Last Friday we set up a lan to lan VPN between two sites using a pair of Juniper firewalls connected to plus.net lines. We stress tested the link over the weekend and put it into production on Monday. Tuesday morning I got a call from the customer gushing with praise due to the improvements in speed and reliability compared to their old BT Openworld / Cisco 800 VPN setup.
Tuesday lunchtime the customer rings again to say the VPN is down and they had lost the internet as well. I could still reach both sites from my office without problem. Checking the obvious showed no problems. We managed to set up a limited sniff of the network and it seems that traffic was getting segmented somewhere.

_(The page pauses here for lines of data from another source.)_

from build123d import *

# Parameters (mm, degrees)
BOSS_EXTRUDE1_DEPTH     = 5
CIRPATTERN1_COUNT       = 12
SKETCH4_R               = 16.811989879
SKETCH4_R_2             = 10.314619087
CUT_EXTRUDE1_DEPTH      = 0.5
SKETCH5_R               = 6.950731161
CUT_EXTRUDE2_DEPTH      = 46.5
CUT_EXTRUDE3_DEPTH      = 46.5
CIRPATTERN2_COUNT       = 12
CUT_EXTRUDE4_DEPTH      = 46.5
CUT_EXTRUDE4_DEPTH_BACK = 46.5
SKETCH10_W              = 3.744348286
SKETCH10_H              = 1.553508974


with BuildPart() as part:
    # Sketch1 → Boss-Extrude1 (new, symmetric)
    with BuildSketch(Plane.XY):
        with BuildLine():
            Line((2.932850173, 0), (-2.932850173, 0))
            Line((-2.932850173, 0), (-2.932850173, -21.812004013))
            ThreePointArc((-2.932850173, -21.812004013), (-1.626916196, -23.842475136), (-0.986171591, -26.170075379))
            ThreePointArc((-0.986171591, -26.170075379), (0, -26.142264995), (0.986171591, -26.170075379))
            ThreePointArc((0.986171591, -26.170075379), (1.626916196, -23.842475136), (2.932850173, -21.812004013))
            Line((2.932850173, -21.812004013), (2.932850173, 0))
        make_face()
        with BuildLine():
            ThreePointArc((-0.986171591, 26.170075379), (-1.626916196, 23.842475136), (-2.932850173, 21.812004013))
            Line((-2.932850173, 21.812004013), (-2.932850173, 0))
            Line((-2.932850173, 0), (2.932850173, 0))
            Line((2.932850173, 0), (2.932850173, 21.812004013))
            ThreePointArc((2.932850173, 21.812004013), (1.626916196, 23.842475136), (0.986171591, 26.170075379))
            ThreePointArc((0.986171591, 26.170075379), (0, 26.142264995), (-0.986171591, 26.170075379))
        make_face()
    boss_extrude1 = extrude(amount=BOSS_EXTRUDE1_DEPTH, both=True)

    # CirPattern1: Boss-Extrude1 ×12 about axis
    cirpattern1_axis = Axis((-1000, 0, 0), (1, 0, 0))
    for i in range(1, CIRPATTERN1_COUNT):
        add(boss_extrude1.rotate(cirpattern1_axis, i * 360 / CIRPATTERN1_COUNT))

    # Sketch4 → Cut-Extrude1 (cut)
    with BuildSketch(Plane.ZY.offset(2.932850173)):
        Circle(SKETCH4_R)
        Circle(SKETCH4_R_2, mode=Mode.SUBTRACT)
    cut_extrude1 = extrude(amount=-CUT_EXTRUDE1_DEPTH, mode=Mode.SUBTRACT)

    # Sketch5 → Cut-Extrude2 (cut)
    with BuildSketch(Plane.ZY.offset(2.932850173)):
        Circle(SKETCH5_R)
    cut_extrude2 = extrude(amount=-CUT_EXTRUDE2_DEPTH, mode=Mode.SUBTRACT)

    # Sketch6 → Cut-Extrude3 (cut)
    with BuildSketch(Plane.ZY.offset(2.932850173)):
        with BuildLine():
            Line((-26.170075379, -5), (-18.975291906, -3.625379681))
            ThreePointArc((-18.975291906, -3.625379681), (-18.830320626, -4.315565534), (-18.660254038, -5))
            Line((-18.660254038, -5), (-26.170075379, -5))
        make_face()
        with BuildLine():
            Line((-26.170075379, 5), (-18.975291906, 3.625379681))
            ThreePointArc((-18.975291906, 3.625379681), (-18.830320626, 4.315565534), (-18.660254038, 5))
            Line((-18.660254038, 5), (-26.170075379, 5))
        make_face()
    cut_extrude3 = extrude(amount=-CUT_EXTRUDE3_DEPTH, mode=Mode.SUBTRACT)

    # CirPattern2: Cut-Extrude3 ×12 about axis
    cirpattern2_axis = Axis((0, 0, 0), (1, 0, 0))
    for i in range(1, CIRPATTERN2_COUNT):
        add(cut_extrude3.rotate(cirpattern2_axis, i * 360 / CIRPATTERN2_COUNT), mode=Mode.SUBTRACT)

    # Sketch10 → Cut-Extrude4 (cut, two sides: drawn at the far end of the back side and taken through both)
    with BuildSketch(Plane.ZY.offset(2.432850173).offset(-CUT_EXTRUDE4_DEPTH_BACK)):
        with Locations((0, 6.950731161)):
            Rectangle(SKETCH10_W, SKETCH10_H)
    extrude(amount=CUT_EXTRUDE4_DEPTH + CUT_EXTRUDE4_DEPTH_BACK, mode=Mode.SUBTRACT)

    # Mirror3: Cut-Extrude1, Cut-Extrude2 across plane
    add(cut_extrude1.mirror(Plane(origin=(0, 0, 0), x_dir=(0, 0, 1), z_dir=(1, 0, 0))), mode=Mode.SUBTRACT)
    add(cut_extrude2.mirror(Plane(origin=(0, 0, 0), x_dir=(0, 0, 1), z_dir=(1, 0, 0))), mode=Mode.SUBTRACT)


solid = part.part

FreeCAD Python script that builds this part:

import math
import FreeCAD as App
import Part
import Sketcher


def add_polygon(sketch, points):
    """Adds a closed chain of lines whose ends are joined by coincident constraints."""
    first, n = sketch.GeometryCount, len(points)
    for a, b in zip(points, points[1:] + points[:1]):
        sketch.addGeometry(Part.LineSegment(App.Vector(*a, 0), App.Vector(*b, 0)), False)
    for i in range(n):
        sketch.addConstraint(Sketcher.Constraint("Coincident", first + i, 2, first + (i + 1) % n, 1))

doc = App.newDocument("Part")
body = doc.addObject("PartDesign::Body", "Body")

sketch1 = doc.addObject("Sketcher::SketchObject", "Sketch")
body.addObject(sketch1)
sketch1.AttachmentSupport = (doc.XY_Plane, [""])
sketch1.MapMode = "FlatFace"
sketch1.addGeometry(Part.ArcOfCircle(Part.Circle(App.Vector(-8.9, -27.1, 0), App.Vector(0, 0, 1), 8), math.radians(7), math.radians(41)), False)
sketch1.addGeometry(Part.ArcOfCircle(Part.Circle(App.Vector(0, -43.6, 0), App.Vector(0, 0, 1), 17.5), math.radians(86.77), math.radians(93.23)), False)
sketch1.addGeometry(Part.ArcOfCircle(Part.Circle(App.Vector(8.9, -27.1, 0), App.Vector(0, 0, 1), 8), math.radians(139), math.radians(173)), False)
sketch1.addGeometry(Part.LineSegment(App.Vector(2.9, -21.8, 0), App.Vector(2.9, 21.8, 0)), False)
sketch1.addGeometry(Part.ArcOfCircle(Part.Circle(App.Vector(8.9, 27.1, 0), App.Vector(0, 0, 1), 8), math.radians(-173), math.radians(-139)), False)
sketch1.addGeometry(Part.ArcOfCircle(Part.Circle(App.Vector(0, 43.6, 0), App.Vector(0, 0, 1), 17.5), math.radians(-93.23), math.radians(-86.77)), False)
sketch1.addGeometry(Part.ArcOfCircle(Part.Circle(App.Vector(-8.9, 27.1, 0), App.Vector(0, 0, 1), 8), math.radians(-41), math.radians(-7)), False)
sketch1.addGeometry(Part.LineSegment(App.Vector(-2.9, 21.8, 0), App.Vector(-2.9, -21.8, 0)), False)
sketch1.addConstraint(Sketcher.Constraint("Coincident", 0, 1, 1, 2))
sketch1.addConstraint(Sketcher.Constraint("Coincident", 1, 1, 2, 2))
sketch1.addConstraint(Sketcher.Constraint("Coincident", 2, 1, 3, 1))
sketch1.addConstraint(Sketcher.Constraint("Coincident", 3, 2, 4, 2))
sketch1.addConstraint(Sketcher.Constraint("Coincident", 4, 1, 5, 2))
sketch1.addConstraint(Sketcher.Constraint("Coincident", 5, 1, 6, 2))
sketch1.addConstraint(Sketcher.Constraint("Coincident", 6, 1, 7, 1))
sketch1.addConstraint(Sketcher.Constraint("Coincident", 7, 2, 0, 2))
sketch1.addConstraint(Sketcher.Constraint("Vertical", 3))
sketch1.addConstraint(Sketcher.Constraint("Vertical", 7))
sketch1.addConstraint(Sketcher.Constraint("Equal", 0, 2))
sketch1.addConstraint(Sketcher.Constraint("Equal", 2, 4))
sketch1.addConstraint(Sketcher.Constraint("Equal", 1, 5))
sketch1.addConstraint(Sketcher.Constraint("Equal", 4, 6))
sketch1.addConstraint(Sketcher.Constraint("Symmetric", 0, 3, 4, 3, -1, 1))
sketch1.addConstraint(Sketcher.Constraint("Symmetric", 1, 3, 5, 3, -1, 1))
sketch1.addConstraint(Sketcher.Constraint("Symmetric", 2, 3, 6, 3, -1, 1))
sketch1.addConstraint(Sketcher.Constraint("Symmetric", 0, 3, 2, 3, -2))
sketch1.addConstraint(Sketcher.Constraint("PointOnObject", 1, 3, -2))
sketch1.addConstraint(Sketcher.Constraint("Horizontal", 3, 2, 6, 1))
sketch1.addConstraint(Sketcher.Constraint("Radius", 0, 8.0))
sketch1.addConstraint(Sketcher.Constraint("Radius", 1, 17.499))
sketch1.addConstraint(Sketcher.Constraint("DistanceY", 3, 1, 3, 2, 43.624008))
sketch1.addConstraint(Sketcher.Constraint("DistanceY", 1, 3, 4, 3, 70.7465))
sketch1.addConstraint(Sketcher.Constraint("DistanceX", 6, 1, 3, 2, 5.8657))
sketch1.addConstraint(Sketcher.Constraint("DistanceX", 0, 1, -1, 1, 0.986172))
pad1 = doc.addObject("PartDesign::Pad", "Pad")
body.addObject(pad1)
pad1.Profile = sketch1
pad1.Length = 10
pad1.Midplane = True
doc.recompute()

polarpattern = doc.addObject("PartDesign::PolarPattern", "PolarPattern")
body.addObject(polarpattern)
polarpattern.Originals = [pad1]
polarpattern.Axis = (doc.X_Axis, [""])
polarpattern.Angle = 360
polarpattern.Occurrences = 12
body.Tip = polarpattern

sketch2 = doc.addObject("Sketcher::SketchObject", "Sketch001")
body.addObject(sketch2)
sketch2.AttachmentSupport = (doc.YZ_Plane, [""])
sketch2.MapMode = "FlatFace"
sketch2.AttachmentOffset = App.Placement(App.Vector(0, 0, -2.93285), App.Rotation())
sketch2.addGeometry(Part.Circle(App.Vector(0, 0, 0), App.Vector(0, 0, 1), 17), False)
sketch2.addGeometry(Part.Circle(App.Vector(0, 0, 0), App.Vector(0, 0, 1), 10), False)
sketch2.addConstraint(Sketcher.Constraint("Coincident", 0, 3, -1, 1))
sketch2.addConstraint(Sketcher.Constraint("Coincident", 1, 3, -1, 1))
sketch2.addConstraint(Sketcher.Constraint("Diameter", 0, 33.62398))
sketch2.addConstraint(Sketcher.Constraint("Diameter", 1, 20.629238))
pocket1 = doc.addObject("PartDesign::Pocket", "Pocket")
body.addObject(pocket1)
pocket1.Profile = sketch2
pocket1.Length = 0.5
pocket1.Reversed = True

sketch3 = doc.addObject("Sketcher::SketchObject", "Sketch002")
body.addObject(sketch3)
sketch3.AttachmentSupport = (doc.YZ_Plane, [""])
sketch3.MapMode = "FlatFace"
sketch3.AttachmentOffset = App.Placement(App.Vector(0, 0, -2.93285), App.Rotation())
sketch3.addGeometry(Part.Circle(App.Vector(0, 0, 0), App.Vector(0, 0, 1), 7), False)
sketch3.addConstraint(Sketcher.Constraint("Coincident", 0, 3, -1, 1))
sketch3.addConstraint(Sketcher.Constraint("Diameter", 0, 13.901462))
pocket2 = doc.addObject("PartDesign::Pocket", "Pocket001")
body.addObject(pocket2)
pocket2.Profile = sketch3
pocket2.Length = 46.5
pocket2.Reversed = True

sketch4 = doc.addObject("Sketcher::SketchObject", "Sketch003")
body.addObject(sketch4)
sketch4.AttachmentSupport = (doc.YZ_Plane, [""])
sketch4.MapMode = "FlatFace"
sketch4.AttachmentOffset = App.Placement(App.Vector(0, 0, -2.93285), App.Rotation())
sketch4.addGeometry(Part.LineSegment(App.Vector(-3.6, -19, 0), App.Vector(-5, -26.2, 0)), False)
sketch4.addGeometry(Part.LineSegment(App.Vector(-5, -26.2, 0), App.Vector(-5, -18.7, 0)), False)
sketch4.addGeometry(Part.ArcOfCircle(Part.Circle(App.Vector(0, 0, 0), App.Vector(0, 0, 1), 19.3), math.radians(-105), math.radians(-100.82)), False)
sketch4.addGeometry(Part.LineSegment(App.Vector(5, -26.2, 0), App.Vector(3.6, -19, 0)), False)
sketch4.addGeometry(Part.ArcOfCircle(Part.Circle(App.Vector(0, 0, 0), App.Vector(0, 0, 1), 19.3), math.radians(-79.18), math.radians(-75)), False)
sketch4.addGeometry(Part.LineSegment(App.Vector(5, -18.7, 0), App.Vector(5, -26.2, 0)), False)
sketch4.addConstraint(Sketcher.Constraint("Coincident", 0, 2, 1, 1))
sketch4.addConstraint(Sketcher.Constraint("Coincident", 1, 2, 2, 1))
sketch4.addConstraint(Sketcher.Constraint("Coincident", 2, 2, 0, 1))
sketch4.addConstraint(Sketcher.Constraint("Coincident", 3, 2, 4, 1))
sketch4.addConstraint(Sketcher.Constraint("Coincident", 4, 2, 5, 1))
sketch4.addConstraint(Sketcher.Constraint("Coincident", 5, 2, 3, 1))
sketch4.addConstraint(Sketcher.Constraint("Vertical", 1))
sketch4.addConstraint(Sketcher.Constraint("Vertical", 5))
sketch4.addConstraint(Sketcher.Constraint("Coincident", 2, 3, -1, 1))
sketch4.addConstraint(Sketcher.Constraint("Coincident", 4, 3, -1, 1))
sketch4.addConstraint(Sketcher.Constraint("Equal", 2, 4))
sketch4.addConstraint(Sketcher.Constraint("Symmetric", 0, 2, 5, 2, -2))
sketch4.addConstraint(Sketcher.Constraint("Horizontal", 2, 2, 3, 2))
sketch4.addConstraint(Sketcher.Constraint("DistanceX", 0, 2, -1, 1, 5.0))
sketch4.addConstraint(Sketcher.Constraint("Radius", 2, 19.318517))
sketch4.addConstraint(Sketcher.Constraint("DistanceY", 1, 1, 1, 2, 7.509821))
sketch4.addConstraint(Sketcher.Constraint("DistanceX", 2, 2, -1, 1, 3.62538))
pocket3 = doc.addObject("PartDesign::Pocket", "Pocket002")
body.addObject(pocket3)
pocket3.Profile = sketch4
pocket3.Length = 46.5
pocket3.Reversed = True
doc.recompute()

polarpattern2 = doc.addObject("PartDesign::PolarPattern", "PolarPattern001")
body.addObject(polarpattern2)
polarpattern2.Originals = [pocket3]
polarpattern2.Axis = (doc.X_Axis, [""])
polarpattern2.Angle = 360
polarpattern2.Occurrences = 12
body.Tip = polarpattern2

sketch5 = doc.addObject("Sketcher::SketchObject", "Sketch004")
body.addObject(sketch5)
sketch5.AttachmentSupport = (doc.YZ_Plane, [""])
sketch5.MapMode = "FlatFace"
sketch5.AttachmentOffset = App.Placement(App.Vector(0, 0, -2.43285), App.Rotation())
add_polygon(sketch5, [(7.7, -1.9), (6.2, -1.9), (6.2, 1.9), (7.7, 1.9)])
sketch5.addConstraint(Sketcher.Constraint("Horizontal", 0))
sketch5.addConstraint(Sketcher.Constraint("Vertical", 1))
sketch5.addConstraint(Sketcher.Constraint("Horizontal", 2))
sketch5.addConstraint(Sketcher.Constraint("Vertical", 3))
sketch5.addConstraint(Sketcher.Constraint("DistanceX", 0, 2, 0, 1, 1.553509))
sketch5.addConstraint(Sketcher.Constraint("DistanceY", 1, 1, 1, 2, 3.744348))
sketch5.addConstraint(Sketcher.Constraint("DistanceX", -1, 1, 0, 2, 6.173977))
sketch5.addConstraint(Sketcher.Constraint("DistanceY", 0, 2, -1, 1, 1.872174))
pocket4 = doc.addObject("PartDesign::Pocket", "Pocket003")
body.addObject(pocket4)
pocket4.Profile = sketch5
pocket4.Type = "ThroughAll"
pocket4.Midplane = True
doc.recompute()

mirrored = doc.addObject("PartDesign::Mirrored", "Mirrored")
body.addObject(mirrored)
mirrored.Originals = [pocket1, pocket2]
mirrored.MirrorPlane = (doc.YZ_Plane, [""])
body.Tip = mirrored

doc.recompute()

Reducing the tcp-max segment size to 1400 on the Junipers restored the internet connection. The VPN came back up for a few minutes but went down again. We managed to work around the problem, with the intention of setting a decent sniffer on the case in the evening when both of the internal networks would have calmed down. At 6:00pm when the customer left work the VPN was still down. We had a look at 8:00pm and the VPN was working again and has remained up since.
So the questions...
1. Can anyone suggest a reason other than tcp-mss that might have caused the failure?
2. Can anyone suggest a tcp-mss setting that will ensure a reliable VPN link over Plus.net?
3. Did anything happen to the routing through Dorset Tuesday lunchtime?
Any help appreciated. The customer relies on this link to do business. Maybe they shouldn't but until SDSL gets to Dorset it is all they have.